I think the simple columnar transposition would be more secure with such lengths of the keys, or am I missing something?

Re: Challenge  

  By: george4096 on Dec. 19, 2013, 2:09 a.m.

Hi Victor

Based on research recently done (eventually leading to the solution of the original Double Transposition Challenge X), we can say the following:

1) A single transposition cipher with key length of 33-40 is very easy to solve if the transposition rectangle is complete, and moderately easy if incomplete.

2) A double transposition cipher with length > 20 is very difficult to solve.

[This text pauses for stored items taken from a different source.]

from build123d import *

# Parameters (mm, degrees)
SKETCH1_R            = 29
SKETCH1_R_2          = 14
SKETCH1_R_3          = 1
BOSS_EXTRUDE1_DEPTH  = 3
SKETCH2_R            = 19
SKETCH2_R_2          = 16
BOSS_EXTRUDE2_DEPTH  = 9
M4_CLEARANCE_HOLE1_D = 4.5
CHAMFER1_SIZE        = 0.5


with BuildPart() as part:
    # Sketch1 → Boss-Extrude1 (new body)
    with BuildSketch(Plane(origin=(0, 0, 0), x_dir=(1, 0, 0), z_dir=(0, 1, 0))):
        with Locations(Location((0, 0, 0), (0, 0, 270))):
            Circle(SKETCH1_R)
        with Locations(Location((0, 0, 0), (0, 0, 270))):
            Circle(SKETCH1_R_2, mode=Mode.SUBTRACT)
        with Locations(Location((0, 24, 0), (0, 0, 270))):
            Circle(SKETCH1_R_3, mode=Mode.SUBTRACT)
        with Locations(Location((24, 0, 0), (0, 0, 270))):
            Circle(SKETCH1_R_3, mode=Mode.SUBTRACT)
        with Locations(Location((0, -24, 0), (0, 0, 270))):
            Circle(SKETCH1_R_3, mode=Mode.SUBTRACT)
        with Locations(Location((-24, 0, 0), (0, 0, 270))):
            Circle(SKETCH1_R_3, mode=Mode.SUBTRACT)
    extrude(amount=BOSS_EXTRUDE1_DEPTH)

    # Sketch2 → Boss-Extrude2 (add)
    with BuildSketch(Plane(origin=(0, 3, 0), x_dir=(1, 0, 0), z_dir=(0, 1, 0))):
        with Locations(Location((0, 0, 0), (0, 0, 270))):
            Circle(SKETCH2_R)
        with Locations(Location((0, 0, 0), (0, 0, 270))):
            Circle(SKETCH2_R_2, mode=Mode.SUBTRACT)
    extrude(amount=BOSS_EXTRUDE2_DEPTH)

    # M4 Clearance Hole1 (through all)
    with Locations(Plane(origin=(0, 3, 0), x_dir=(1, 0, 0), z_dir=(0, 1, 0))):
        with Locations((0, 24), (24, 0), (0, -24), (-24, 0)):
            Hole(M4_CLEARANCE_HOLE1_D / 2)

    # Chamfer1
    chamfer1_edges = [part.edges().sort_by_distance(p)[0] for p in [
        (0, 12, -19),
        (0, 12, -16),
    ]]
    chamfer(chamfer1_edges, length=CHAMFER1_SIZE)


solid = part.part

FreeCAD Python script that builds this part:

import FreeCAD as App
import Part
import Sketcher


def edges_at(feature, points):
    """Names of the edges that pass closest to the given points."""
    edges = feature.Shape.Edges
    near = lambda p: min(range(len(edges)), key=lambda i: edges[i].distToShape(Part.Vertex(*p))[0])
    return sorted({f"Edge{near(p) + 1}" for p in points})

doc = App.newDocument("Part")
body = doc.addObject("PartDesign::Body", "Body")

# Sketch on XZ plane
sketch1 = body.newObject("Sketcher::SketchObject", "Sketch")
sketch1.AttachmentSupport = (doc.getObject("XZ_Plane"), [""])
sketch1.MapMode = "FlatFace"
sketch1.addGeometry(Part.Circle(App.Vector(0, 0, 0), App.Vector(0, 0, 1), 29), False)
sketch1.addGeometry(Part.Circle(App.Vector(0, -24, 0), App.Vector(0, 0, 1), 1), False)
sketch1.addGeometry(Part.Circle(App.Vector(-24, 0, 0), App.Vector(0, 0, 1), 1), False)
sketch1.addGeometry(Part.Circle(App.Vector(24, 0, 0), App.Vector(0, 0, 1), 1), False)
sketch1.addGeometry(Part.Circle(App.Vector(0, 0, 0), App.Vector(0, 0, 1), 14), False)
sketch1.addGeometry(Part.Circle(App.Vector(0, 24, 0), App.Vector(0, 0, 1), 1), False)
sketch1.addConstraint(Sketcher.Constraint("Coincident", 0, 3, -1, 1))
sketch1.addConstraint(Sketcher.Constraint("Coincident", 4, 3, -1, 1))
sketch1.addConstraint(Sketcher.Constraint("Equal", 1, 2))
sketch1.addConstraint(Sketcher.Constraint("Equal", 2, 3))
sketch1.addConstraint(Sketcher.Constraint("Equal", 3, 5))
sketch1.addConstraint(Sketcher.Constraint("Symmetric", 2, 3, 3, 3, -1, 1))
sketch1.addConstraint(Sketcher.Constraint("Symmetric", 1, 3, 5, 3, -1, 1))
sketch1.addConstraint(Sketcher.Constraint("PointOnObject", 1, 3, -2))
sketch1.addConstraint(Sketcher.Constraint("PointOnObject", 2, 3, -1))
sketch1.addConstraint(Sketcher.Constraint("Diameter", 0, 58.0))
sketch1.addConstraint(Sketcher.Constraint("Diameter", 1, 2.0))
sketch1.addConstraint(Sketcher.Constraint("Diameter", 4, 28.0))
sketch1.addConstraint(Sketcher.Constraint("DistanceY", 1, 3, -1, 1, 24.0))
sketch1.addConstraint(Sketcher.Constraint("DistanceX", 2, 3, -1, 1, 24.0))
pad1 = body.newObject("PartDesign::Pad", "Pad")
pad1.Profile = sketch1
pad1.Length = 3
pad1.Reversed = True

# Sketch on XZ plane
sketch2 = body.newObject("Sketcher::SketchObject", "Sketch001")
sketch2.AttachmentSupport = (doc.getObject("XZ_Plane"), [""])
sketch2.MapMode = "FlatFace"
sketch2.AttachmentOffset = App.Placement(App.Vector(0, 0, -3), App.Rotation())
sketch2.addGeometry(Part.Circle(App.Vector(0, 0, 0), App.Vector(0, 0, 1), 19), False)
sketch2.addGeometry(Part.Circle(App.Vector(0, 0, 0), App.Vector(0, 0, 1), 16), False)
sketch2.addConstraint(Sketcher.Constraint("Coincident", 0, 3, -1, 1))
sketch2.addConstraint(Sketcher.Constraint("Coincident", 1, 3, -1, 1))
sketch2.addConstraint(Sketcher.Constraint("Diameter", 0, 38.0))
sketch2.addConstraint(Sketcher.Constraint("Diameter", 1, 32.0))
pad2 = body.newObject("PartDesign::Pad", "Pad001")
pad2.Profile = sketch2
pad2.Length = 9
pad2.Reversed = True

# Sketch on XZ plane
sketch3 = body.newObject("Sketcher::SketchObject", "Sketch002")
sketch3.AttachmentSupport = (doc.getObject("XZ_Plane"), [""])
sketch3.MapMode = "FlatFace"
sketch3.AttachmentOffset = App.Placement(App.Vector(0, 0, -3), App.Rotation())
sketch3.addGeometry(Part.Circle(App.Vector(0, -24, 0), App.Vector(0, 0, 1), 2.2), False)
sketch3.addGeometry(Part.Circle(App.Vector(24, 0, 0), App.Vector(0, 0, 1), 2.2), False)
sketch3.addGeometry(Part.Circle(App.Vector(0, 24, 0), App.Vector(0, 0, 1), 2.2), False)
sketch3.addGeometry(Part.Circle(App.Vector(-24, 0, 0), App.Vector(0, 0, 1), 2.2), False)
sketch3.addConstraint(Sketcher.Constraint("Equal", 0, 1))
sketch3.addConstraint(Sketcher.Constraint("Equal", 1, 2))
sketch3.addConstraint(Sketcher.Constraint("Equal", 2, 3))
sketch3.addConstraint(Sketcher.Constraint("Symmetric", 0, 3, 2, 3, -1, 1))
sketch3.addConstraint(Sketcher.Constraint("Symmetric", 1, 3, 3, 3, -1, 1))
sketch3.addConstraint(Sketcher.Constraint("PointOnObject", 0, 3, -2))
sketch3.addConstraint(Sketcher.Constraint("PointOnObject", 1, 3, -1))
sketch3.addConstraint(Sketcher.Constraint("Diameter", 0, 4.5))
sketch3.addConstraint(Sketcher.Constraint("DistanceY", 0, 3, -1, 1, 24.0))
sketch3.addConstraint(Sketcher.Constraint("DistanceX", -1, 1, 1, 3, 24.0))
doc.recompute()
hole = body.newObject("PartDesign::Hole", "Hole")
hole.Profile = sketch3
hole.ThreadType = "None"
hole.Diameter = 4.5
hole.DepthType = "ThroughAll"
hole.Reversed = True
doc.recompute()

chamfer = body.newObject("PartDesign::Chamfer", "Chamfer")
chamfer.Base = (hole, edges_at(hole, [(0, 12, -19), (0, 12, -16)]))
chamfer.Size = 0.5

doc.recompute()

3) In the past (in the book by Wayne Barker, Cryptanalysis of the Double Transposition Cipher, the analysis is also available here
http://www.ahazu.com/papers/lanaki/lesson24.php) it was shown that every double transposition can be expressed as a single transposition with key length equal to the PRODUCT of the lengths of the keys of the Double Transposition. But this wont help here because it is very difficult to solve a Single Transposition cipher with a key of ~500 length. And more specifically, the ciphertext is not long enough as you will have only about 1-2 rows in the transposition cipher. You need more "depth" to solve a single transposition cipher, even with much shorter keys.

Hope this helps
George

Re: Challenge  

  By: Veselovský on Dec. 19, 2013, 12:50 p.m.

Thank you for your explanation.

I would say, give me an algorithm which can quickly solve SCT (simple columnar transposition regular or irregular) of key length up to 40 and I can adapt it to solve any DCT (Double columnar transposition) with both key lengths up to 20. In theory it should work, but since I do not have an algorithm that can solve SCT with key length up to 40 very fast I can not verify it.

But I got simple algorithm that can solve SCT with key length up to about 16 pretty fast and I easily adapted it to solve DCT of both key lengths up to 8. So I think my method should work also for longer keys, but maybe not…

It was know to me that DCT with key lengths k1 and k2 can be expressed as SCT with key length k1k2. But such SCT is not equivalent to SCT with arbitrary key of length k1k2, since SCT produced from DCT has very very much reduced keyspace compared to general SCT.

Re: Challenge "Double Column Transposition Reloaded — Part 1"  

  By: Konubixe on Jan. 18, 2023, 9:46 p.m.

BTW: The two links at the end of page 4/4 produce an error 404 (not found)...

Re: Challenge "Double Column Transposition Reloaded — Part 1"  

  By: Theofanidis on Jan. 18, 2023, 11:28 p.m.

Dear Konubixe. Thanks for pointing this out. I checked the 2 links you mentioned. It seems the first one must be altered to https://mysterytwister.org/challenges/level-1/double-columnar-transposition, so actually replace the level-i into level-1. The second link seems to works for me, since the category level-x remains the same. Kind Regards, George Theofanidis

 Last edited by: Theofanidis on Jan. 19, 2023, 2:11 a.m., edited 2 times in total.